- **Goal of the exercise**
Below are the entries to work from; restate word for word the portion that opens with the line containing "f 237 122 124" and closes with the line containing "f 189 239 187", keeping both.

━━━━━━━━━━━━━━━━

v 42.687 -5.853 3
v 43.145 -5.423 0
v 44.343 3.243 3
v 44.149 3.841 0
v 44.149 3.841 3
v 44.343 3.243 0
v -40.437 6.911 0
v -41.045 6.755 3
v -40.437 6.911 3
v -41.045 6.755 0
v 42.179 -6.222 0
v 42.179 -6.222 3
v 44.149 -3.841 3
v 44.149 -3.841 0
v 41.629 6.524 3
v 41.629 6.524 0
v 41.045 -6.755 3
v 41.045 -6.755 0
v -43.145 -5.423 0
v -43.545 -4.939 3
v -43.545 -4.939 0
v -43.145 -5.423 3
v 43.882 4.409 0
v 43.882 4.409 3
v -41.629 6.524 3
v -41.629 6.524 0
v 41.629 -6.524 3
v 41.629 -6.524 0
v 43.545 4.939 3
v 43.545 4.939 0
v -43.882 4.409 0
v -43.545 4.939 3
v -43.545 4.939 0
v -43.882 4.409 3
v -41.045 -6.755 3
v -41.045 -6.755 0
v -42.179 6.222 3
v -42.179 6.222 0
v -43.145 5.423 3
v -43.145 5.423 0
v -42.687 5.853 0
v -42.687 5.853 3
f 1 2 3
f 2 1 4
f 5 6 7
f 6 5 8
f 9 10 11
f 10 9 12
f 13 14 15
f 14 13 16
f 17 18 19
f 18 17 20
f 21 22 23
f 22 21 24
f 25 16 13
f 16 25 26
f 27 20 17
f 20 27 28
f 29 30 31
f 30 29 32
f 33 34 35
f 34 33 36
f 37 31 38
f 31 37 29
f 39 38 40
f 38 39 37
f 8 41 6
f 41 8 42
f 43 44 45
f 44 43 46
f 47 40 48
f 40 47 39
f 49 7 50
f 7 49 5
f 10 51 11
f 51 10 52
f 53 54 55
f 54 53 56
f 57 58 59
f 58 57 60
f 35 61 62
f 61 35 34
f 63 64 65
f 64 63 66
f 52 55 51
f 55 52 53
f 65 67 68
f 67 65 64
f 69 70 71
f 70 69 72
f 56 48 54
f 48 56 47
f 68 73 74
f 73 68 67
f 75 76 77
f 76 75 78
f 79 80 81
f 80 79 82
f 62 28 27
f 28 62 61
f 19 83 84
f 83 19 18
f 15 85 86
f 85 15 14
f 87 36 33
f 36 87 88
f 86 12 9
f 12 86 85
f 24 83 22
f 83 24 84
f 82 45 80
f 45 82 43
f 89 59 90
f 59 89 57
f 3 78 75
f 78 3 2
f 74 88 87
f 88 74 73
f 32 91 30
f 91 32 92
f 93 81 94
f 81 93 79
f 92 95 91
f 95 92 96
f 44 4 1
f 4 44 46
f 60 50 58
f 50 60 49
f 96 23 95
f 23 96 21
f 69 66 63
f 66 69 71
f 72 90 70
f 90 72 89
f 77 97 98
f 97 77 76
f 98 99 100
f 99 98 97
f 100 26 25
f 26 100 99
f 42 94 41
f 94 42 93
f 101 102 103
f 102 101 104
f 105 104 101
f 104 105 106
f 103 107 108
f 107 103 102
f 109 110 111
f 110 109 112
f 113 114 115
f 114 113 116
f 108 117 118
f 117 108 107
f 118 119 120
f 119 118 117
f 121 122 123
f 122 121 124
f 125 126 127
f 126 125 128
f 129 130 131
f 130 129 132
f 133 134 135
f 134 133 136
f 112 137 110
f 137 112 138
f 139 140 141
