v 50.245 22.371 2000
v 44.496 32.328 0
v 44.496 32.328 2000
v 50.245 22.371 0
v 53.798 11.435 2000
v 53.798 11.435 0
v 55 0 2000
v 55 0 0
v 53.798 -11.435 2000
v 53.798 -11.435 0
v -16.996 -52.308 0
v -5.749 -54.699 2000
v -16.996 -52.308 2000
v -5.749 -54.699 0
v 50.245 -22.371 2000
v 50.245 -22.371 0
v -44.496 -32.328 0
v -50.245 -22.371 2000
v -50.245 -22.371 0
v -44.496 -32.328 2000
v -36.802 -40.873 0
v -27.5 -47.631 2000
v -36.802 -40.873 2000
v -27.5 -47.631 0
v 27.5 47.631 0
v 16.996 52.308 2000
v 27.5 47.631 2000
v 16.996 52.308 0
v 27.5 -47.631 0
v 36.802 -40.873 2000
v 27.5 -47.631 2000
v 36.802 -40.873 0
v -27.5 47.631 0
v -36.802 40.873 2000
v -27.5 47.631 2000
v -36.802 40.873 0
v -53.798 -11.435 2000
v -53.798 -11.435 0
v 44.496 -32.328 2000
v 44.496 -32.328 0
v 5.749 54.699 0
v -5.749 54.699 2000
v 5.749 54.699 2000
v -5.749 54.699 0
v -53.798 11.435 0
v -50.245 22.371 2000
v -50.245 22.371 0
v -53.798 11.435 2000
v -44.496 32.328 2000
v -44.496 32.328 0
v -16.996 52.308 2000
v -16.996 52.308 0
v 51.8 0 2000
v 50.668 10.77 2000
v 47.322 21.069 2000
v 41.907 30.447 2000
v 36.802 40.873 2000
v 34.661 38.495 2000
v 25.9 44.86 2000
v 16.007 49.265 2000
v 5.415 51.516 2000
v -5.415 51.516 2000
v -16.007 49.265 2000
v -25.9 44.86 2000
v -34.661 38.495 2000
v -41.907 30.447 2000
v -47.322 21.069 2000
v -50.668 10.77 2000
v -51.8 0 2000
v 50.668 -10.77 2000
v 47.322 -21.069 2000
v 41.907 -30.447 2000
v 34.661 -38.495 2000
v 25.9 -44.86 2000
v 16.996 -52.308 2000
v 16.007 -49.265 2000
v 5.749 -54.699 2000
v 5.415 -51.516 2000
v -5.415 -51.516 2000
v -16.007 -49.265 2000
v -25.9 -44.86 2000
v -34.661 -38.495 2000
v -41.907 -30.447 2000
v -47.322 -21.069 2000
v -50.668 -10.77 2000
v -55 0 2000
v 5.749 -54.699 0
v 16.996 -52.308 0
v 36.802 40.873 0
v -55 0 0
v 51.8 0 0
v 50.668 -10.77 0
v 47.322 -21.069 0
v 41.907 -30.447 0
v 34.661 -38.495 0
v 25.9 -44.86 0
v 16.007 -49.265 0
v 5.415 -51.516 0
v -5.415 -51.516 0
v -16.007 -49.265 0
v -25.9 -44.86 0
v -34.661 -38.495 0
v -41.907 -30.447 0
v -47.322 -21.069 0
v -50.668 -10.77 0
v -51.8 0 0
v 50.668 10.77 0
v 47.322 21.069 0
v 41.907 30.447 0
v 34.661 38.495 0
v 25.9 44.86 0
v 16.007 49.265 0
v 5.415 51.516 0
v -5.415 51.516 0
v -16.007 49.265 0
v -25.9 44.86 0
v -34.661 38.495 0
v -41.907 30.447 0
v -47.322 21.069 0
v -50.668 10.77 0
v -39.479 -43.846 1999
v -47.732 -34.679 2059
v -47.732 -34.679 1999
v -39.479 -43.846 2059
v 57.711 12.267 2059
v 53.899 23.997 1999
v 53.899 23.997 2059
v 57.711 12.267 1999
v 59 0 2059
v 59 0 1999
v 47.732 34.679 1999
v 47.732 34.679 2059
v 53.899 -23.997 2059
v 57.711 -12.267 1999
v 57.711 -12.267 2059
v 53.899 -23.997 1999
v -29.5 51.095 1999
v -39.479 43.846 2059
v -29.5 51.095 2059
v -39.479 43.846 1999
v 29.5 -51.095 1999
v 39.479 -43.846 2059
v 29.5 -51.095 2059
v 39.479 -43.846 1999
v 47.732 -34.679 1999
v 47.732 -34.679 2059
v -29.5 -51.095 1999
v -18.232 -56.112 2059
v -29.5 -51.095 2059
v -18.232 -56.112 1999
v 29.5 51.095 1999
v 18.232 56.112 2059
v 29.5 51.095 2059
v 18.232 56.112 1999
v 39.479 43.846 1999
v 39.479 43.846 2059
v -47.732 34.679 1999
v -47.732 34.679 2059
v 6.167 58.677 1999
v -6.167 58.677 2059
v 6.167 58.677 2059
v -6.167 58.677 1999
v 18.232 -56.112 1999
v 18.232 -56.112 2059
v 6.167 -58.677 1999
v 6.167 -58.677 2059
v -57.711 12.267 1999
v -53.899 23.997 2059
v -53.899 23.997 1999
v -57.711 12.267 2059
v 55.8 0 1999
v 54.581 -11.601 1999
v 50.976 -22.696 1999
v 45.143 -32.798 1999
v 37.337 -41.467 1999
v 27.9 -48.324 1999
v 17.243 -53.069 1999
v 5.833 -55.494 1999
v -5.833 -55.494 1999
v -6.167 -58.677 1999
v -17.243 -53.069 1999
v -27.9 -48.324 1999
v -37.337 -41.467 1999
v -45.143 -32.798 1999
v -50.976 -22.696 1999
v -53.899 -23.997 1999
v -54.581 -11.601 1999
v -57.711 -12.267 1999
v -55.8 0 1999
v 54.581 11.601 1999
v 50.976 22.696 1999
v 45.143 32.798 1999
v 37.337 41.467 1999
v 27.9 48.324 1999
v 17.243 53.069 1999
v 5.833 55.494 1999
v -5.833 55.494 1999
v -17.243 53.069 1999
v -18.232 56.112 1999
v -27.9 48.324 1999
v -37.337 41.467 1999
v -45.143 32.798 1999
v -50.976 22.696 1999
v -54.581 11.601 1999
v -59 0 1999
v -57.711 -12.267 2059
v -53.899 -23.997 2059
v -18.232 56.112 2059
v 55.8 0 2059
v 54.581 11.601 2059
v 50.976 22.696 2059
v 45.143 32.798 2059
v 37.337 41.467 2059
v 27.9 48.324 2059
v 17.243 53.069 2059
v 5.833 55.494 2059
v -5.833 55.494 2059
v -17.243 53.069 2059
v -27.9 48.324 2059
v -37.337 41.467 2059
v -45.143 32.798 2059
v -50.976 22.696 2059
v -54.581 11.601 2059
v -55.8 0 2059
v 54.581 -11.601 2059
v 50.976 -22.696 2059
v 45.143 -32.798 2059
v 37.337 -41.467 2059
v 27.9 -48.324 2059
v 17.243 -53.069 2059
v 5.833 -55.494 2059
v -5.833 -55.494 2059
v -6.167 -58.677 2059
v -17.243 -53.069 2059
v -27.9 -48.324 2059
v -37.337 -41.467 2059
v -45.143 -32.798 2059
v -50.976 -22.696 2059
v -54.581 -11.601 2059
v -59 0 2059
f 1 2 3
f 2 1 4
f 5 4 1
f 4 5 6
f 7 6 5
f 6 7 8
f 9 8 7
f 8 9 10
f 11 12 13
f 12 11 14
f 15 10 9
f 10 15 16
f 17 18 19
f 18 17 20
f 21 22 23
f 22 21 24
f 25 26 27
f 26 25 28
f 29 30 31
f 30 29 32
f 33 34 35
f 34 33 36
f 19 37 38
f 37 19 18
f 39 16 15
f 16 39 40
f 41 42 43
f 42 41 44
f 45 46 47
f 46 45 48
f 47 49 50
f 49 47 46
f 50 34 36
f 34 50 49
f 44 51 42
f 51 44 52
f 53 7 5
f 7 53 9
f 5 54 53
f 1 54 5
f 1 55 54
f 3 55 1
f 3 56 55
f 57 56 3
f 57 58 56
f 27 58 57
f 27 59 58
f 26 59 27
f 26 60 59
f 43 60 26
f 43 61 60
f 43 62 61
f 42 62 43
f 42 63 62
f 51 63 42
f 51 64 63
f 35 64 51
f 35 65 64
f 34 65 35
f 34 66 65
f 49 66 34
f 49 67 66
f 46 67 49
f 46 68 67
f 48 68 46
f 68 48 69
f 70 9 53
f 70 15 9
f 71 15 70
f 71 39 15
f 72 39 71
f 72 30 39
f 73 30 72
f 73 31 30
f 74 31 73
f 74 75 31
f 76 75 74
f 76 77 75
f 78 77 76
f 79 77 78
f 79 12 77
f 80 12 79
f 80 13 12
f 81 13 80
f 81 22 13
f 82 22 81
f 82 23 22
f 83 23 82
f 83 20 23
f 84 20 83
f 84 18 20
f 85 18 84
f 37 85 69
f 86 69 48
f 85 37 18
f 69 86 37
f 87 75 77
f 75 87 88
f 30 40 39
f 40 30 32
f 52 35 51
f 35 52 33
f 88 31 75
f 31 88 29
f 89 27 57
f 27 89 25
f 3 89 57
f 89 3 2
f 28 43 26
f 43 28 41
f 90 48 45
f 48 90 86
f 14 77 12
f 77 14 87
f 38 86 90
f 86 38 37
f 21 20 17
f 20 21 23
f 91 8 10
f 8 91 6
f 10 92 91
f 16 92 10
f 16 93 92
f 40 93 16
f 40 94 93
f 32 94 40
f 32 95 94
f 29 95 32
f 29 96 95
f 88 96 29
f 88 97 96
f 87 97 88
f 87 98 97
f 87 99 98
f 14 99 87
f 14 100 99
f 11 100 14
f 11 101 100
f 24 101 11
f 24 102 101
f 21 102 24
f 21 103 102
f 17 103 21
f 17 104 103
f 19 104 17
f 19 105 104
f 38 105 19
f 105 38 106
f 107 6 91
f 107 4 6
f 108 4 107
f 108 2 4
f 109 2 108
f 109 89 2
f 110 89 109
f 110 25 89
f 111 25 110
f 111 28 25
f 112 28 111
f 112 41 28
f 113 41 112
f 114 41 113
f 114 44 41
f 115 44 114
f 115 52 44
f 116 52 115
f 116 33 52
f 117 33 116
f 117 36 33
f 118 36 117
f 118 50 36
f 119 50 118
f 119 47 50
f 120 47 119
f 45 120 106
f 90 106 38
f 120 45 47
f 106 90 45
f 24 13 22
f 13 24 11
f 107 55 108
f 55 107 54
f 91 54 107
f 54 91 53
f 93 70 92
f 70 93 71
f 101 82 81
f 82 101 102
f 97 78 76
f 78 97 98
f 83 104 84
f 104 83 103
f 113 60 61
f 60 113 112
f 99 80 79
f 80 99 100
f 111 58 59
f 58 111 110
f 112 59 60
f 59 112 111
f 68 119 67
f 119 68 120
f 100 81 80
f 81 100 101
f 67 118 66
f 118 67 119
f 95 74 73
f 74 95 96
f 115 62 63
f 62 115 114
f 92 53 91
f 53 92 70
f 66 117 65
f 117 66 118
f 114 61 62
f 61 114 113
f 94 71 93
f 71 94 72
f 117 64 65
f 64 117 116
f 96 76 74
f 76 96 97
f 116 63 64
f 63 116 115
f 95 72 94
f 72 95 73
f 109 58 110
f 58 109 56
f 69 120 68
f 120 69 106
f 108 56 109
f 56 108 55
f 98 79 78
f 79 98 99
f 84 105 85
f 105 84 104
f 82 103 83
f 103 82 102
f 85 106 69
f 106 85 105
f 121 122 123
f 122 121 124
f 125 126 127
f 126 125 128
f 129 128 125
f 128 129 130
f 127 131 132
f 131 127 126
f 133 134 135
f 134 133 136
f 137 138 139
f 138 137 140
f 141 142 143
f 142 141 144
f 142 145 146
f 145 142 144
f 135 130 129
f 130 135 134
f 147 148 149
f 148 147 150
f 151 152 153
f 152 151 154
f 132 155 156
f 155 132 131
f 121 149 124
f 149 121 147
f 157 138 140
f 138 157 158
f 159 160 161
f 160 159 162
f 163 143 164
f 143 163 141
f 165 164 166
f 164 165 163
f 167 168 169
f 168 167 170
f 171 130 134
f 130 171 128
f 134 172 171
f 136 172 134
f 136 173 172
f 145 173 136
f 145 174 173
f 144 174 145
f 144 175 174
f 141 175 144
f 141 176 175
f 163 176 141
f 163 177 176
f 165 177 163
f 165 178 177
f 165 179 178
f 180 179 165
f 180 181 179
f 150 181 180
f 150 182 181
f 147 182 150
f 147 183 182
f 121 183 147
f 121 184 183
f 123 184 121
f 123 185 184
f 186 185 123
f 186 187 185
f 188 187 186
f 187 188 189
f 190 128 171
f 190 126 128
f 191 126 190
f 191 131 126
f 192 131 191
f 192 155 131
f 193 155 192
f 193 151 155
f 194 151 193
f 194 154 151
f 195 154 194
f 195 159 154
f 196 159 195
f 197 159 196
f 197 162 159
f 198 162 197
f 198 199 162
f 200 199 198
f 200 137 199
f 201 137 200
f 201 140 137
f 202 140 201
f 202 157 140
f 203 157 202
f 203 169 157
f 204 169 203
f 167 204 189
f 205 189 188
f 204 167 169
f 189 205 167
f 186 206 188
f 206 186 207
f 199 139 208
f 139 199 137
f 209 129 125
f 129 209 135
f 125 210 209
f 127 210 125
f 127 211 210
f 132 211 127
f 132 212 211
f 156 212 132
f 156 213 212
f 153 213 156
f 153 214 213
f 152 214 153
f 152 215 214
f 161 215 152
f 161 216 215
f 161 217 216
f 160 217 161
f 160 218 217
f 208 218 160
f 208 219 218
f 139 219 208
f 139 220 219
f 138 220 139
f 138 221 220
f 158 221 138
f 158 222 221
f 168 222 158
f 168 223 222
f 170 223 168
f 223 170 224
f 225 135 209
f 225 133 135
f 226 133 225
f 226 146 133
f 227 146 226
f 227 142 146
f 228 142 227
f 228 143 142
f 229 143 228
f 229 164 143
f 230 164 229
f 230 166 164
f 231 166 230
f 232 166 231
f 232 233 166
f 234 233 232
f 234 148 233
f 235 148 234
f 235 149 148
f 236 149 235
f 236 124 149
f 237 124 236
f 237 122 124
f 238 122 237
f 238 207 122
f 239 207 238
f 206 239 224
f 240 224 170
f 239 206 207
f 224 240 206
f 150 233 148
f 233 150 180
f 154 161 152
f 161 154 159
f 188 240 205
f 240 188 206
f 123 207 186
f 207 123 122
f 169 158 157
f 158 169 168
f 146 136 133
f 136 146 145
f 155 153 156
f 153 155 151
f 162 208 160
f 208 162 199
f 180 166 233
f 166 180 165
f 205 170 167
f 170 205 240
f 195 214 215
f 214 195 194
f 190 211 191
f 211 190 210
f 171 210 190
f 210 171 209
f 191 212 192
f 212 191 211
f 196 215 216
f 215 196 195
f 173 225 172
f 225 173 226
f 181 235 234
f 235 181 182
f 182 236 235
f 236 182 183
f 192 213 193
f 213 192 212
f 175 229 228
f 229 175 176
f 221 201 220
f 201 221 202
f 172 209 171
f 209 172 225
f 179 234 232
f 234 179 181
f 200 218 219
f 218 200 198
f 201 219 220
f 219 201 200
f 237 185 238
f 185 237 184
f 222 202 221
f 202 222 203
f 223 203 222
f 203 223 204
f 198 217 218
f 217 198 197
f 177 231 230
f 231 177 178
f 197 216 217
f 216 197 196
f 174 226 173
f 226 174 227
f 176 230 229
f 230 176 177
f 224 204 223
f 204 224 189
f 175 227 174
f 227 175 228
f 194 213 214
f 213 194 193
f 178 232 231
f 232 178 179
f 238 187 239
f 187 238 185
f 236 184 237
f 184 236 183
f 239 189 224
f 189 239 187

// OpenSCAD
// Parameters
pipe_standard = 1; //[1:1:1]
nominal_diameter_mm = 110; //[55:220:1]
length_mm = 2000; //[1000:4000:10]
wall_thickness_mm = 3.2; //[1.6:6.4:0.1]
fitting_length_mm = 60; //[30:120:1]
fitting_radial_thickness_mm = 4; //[2:10:0.5]
fitting_inner_clearance_mm = 0.8; //[0.2:2:0.1]
overlap_mm = 1; //[0.5:2:0.1]

// HT Pipe - complete geometry
module ht_pipe() {
  color([0.85, 0.85, 0.8]) { // PVC color
    // Pipe body
    difference() {
      cylinder(h=length_mm, r=nominal_diameter_mm/2, center=false);
      translate([0, 0, 0])
        cylinder(h=length_mm, r=nominal_diameter_mm/2 - wall_thickness_mm, center=false);
    }
    
    // Integrated end fitting
    translate([0, 0, length_mm - overlap_mm]) {
      difference() {
        cylinder(h=fitting_length_mm, r=nominal_diameter_mm/2 + fitting_radial_thickness_mm, center=false);
        translate([0, 0, 0])
          cylinder(h=fitting_length_mm, r=nominal_diameter_mm/2 + fitting_inner_clearance_mm, center=false);
      }
    }
  }
}

// Assembly
module assembly() {
  ht_pipe();
}

assembly();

━━━━━━━━━━━━━━━━

- **Task output**
f 237 122 124
f 238 122 237
f 238 207 122
f 239 207 238
f 206 239 224
f 240 224 170
f 239 206 207
f 224 240 206
f 150 233 148
f 233 150 180
f 154 161 152
f 161 154 159
f 188 240 205
f 240 188 206
f 123 207 186
f 207 123 122
f 169 158 157
f 158 169 168
f 146 136 133
f 136 146 145
f 155 153 156
f 153 155 151
f 162 208 160
f 208 162 199
f 180 166 233
f 166 180 165
f 205 170 167
f 170 205 240
f 195 214 215
f 214 195 194
f 190 211 191
f 211 190 210
f 171 210 190
f 210 171 209
f 191 212 192
f 212 191 211
f 196 215 216
f 215 196 195
f 173 225 172
f 225 173 226
f 181 235 234
f 235 181 182
f 182 236 235
f 236 182 183
f 192 213 193
f 213 192 212
f 175 229 228
f 229 175 176
f 221 201 220
f 201 221 202
f 172 209 171
f 209 172 225
f 179 234 232
f 234 179 181
f 200 218 219
f 218 200 198
f 201 219 220
f 219 201 200
f 237 185 238
f 185 237 184
f 222 202 221
f 202 222 203
f 223 203 222
f 203 223 204
f 198 217 218
f 217 198 197
f 177 231 230
f 231 177 178
f 197 216 217
f 216 197 196
f 174 226 173
f 226 174 227
f 176 230 229
f 230 176 177
f 224 204 223
f 204 224 189
f 175 227 174
f 227 175 228
f 194 213 214
f 213 194 193
f 178 232 231
f 232 178 179
f 238 187 239
f 187 238 185
f 236 184 237
f 184 236 183
f 239 189 224
f 189 239 187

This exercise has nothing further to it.